We previously reported that, in patients with IIP and UIP diagnosed by surgical biopsy, the SP-A expression in the lesion tissue significantly decreased in patients with a poor prognosis [13]. Takezaki et al. performed a genomic analysis of families with familial IPF and reported that mutations in the gene encoding SFTPA1, one of the constituent molecules of SP-A, cause hyposecretion of SFTPA1 from type II alveolar epithelial cells, thereby increasing the sensitivity of type II alveolar epithelial cells to necroptosis and possibly leading to pulmonary fibrosis [14]. This suggests that patients with decreased BALF SP-A levels may have had increased necroptosis of type II alveolar epithelial cells, which may have led to the progression of pulmonary fibrosis, resulting in their poor prognosis. Moreover, SP-A has also been reported to induce a natural immune effect [15]; thus, it is possible that the decrease in the production of SP-A in type II alveolar epithelial cells may have concurrently caused pulmonary infection and induced acute exacerbation and worsened the prognosis.

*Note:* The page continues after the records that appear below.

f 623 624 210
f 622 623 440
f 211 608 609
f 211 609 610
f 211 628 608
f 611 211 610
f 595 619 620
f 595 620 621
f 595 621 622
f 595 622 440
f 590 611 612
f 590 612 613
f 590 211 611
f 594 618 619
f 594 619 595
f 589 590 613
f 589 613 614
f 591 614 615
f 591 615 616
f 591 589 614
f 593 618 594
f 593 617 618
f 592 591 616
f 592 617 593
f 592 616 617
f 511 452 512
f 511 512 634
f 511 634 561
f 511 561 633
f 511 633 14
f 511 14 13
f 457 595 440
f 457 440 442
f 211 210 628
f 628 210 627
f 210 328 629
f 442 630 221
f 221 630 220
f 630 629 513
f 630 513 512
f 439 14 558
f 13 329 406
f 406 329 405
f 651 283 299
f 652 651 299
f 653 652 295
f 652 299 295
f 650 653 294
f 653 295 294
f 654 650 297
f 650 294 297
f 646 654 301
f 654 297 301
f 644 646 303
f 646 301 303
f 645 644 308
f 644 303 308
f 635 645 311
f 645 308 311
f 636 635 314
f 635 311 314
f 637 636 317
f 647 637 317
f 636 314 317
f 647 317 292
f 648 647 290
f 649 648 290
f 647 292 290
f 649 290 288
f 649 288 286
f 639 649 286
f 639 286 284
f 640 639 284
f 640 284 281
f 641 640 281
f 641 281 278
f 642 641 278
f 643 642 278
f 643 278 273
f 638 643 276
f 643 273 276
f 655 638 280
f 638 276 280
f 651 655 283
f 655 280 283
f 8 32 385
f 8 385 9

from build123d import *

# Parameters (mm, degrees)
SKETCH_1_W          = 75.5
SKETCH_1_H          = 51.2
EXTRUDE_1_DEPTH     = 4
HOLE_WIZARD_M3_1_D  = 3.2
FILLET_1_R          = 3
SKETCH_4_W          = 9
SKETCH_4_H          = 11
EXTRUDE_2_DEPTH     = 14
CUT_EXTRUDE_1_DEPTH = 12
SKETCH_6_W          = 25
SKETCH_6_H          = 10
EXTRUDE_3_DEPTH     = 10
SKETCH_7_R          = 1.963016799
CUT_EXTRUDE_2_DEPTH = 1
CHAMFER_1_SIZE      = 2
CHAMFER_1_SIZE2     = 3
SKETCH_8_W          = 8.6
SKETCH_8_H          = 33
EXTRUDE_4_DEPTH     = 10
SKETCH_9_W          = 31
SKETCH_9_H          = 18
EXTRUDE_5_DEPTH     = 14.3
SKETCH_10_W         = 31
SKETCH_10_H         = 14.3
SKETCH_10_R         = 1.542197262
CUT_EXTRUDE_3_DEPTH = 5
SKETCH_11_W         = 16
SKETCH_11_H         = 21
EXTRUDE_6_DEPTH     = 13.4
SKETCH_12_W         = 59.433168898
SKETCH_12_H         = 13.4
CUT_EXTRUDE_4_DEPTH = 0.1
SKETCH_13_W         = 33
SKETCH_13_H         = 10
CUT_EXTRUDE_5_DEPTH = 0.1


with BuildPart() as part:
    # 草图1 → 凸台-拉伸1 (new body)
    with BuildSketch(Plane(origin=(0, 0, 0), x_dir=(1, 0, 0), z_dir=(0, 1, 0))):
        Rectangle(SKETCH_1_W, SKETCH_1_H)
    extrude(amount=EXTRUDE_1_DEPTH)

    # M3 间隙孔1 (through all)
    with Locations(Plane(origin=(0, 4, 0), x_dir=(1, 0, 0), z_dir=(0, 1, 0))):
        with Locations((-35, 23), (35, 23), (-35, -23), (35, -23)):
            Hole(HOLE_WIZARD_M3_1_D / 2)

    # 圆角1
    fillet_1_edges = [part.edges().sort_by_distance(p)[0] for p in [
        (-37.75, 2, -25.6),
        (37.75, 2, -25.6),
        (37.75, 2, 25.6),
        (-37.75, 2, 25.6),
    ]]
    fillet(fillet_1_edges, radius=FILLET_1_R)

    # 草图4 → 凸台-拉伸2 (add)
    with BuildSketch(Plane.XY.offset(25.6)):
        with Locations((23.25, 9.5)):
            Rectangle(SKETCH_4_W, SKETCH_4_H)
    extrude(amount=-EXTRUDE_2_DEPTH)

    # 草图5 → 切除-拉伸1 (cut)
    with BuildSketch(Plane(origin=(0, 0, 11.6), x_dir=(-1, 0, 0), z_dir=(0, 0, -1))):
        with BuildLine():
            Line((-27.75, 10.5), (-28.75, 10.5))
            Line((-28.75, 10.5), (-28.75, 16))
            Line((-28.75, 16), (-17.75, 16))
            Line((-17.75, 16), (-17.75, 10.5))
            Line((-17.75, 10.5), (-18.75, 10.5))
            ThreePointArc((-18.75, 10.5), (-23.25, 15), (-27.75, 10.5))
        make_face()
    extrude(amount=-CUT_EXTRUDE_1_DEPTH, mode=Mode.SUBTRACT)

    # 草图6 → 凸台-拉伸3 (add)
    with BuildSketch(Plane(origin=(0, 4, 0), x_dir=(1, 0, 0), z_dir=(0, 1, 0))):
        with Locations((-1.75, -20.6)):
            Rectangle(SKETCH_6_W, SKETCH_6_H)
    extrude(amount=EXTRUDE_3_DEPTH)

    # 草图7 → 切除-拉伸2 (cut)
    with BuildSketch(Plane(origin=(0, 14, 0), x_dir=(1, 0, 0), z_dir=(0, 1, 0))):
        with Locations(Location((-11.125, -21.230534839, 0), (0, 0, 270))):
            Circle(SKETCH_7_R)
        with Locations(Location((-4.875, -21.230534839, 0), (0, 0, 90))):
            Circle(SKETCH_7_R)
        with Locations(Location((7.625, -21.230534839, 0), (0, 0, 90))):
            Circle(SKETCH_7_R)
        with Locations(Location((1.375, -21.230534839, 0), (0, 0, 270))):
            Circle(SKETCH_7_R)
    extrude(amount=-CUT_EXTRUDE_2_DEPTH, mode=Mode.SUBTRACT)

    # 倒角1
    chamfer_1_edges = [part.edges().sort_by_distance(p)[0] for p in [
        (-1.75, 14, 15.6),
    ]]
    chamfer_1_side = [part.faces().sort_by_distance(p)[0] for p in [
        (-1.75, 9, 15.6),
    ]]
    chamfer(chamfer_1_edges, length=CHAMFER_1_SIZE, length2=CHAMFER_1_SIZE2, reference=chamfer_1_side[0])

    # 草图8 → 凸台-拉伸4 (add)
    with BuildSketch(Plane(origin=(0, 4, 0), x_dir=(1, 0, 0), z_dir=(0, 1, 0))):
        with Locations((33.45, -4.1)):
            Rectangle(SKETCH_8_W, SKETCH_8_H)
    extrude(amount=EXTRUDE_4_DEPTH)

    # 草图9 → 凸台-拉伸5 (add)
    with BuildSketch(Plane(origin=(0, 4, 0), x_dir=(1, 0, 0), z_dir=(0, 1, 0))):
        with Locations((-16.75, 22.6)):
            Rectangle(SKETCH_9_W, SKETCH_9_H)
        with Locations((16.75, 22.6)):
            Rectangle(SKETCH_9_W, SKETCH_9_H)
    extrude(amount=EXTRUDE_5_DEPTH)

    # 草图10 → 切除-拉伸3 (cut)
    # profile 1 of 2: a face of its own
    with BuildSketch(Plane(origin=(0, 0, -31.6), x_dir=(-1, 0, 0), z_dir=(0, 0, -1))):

The present study had some limitations. First, the sample size was small as BAL was not performed in all patients with CFIP. This decision stemmed from the established diagnostic criteria for typical IPF, where imaging findings often suffice, making BAL unnecessary. In addition, BAL was performed in selected patients potentially exhibiting higher activity levels relative to others in the overall population of patients with CFIP. Second, this study was conducted at a single center. Thus, future studies with a larger sample size are needed. Third, it was not possible to pathologically diagnose all patients for whom a definitive diagnosis of UIP could not be made using HRCT. Despite these limitations, we believe that our findings are significant as they suggest the potential usefulness of BAL SP-A measurement in predicting the prognosis for patients with CFIP given the large number of cases, in which surgical biopsy is not feasible in clinical practice.

Conclusions

Our findings indicate the potential utility of BALF SP-A measurement as a prognostic marker in CFIP cases. Future multicenter studies may further validate its usefulness, facilitating treatment decisions without invasive procedures like surgical biopsy or cryobiopsy for CFIP.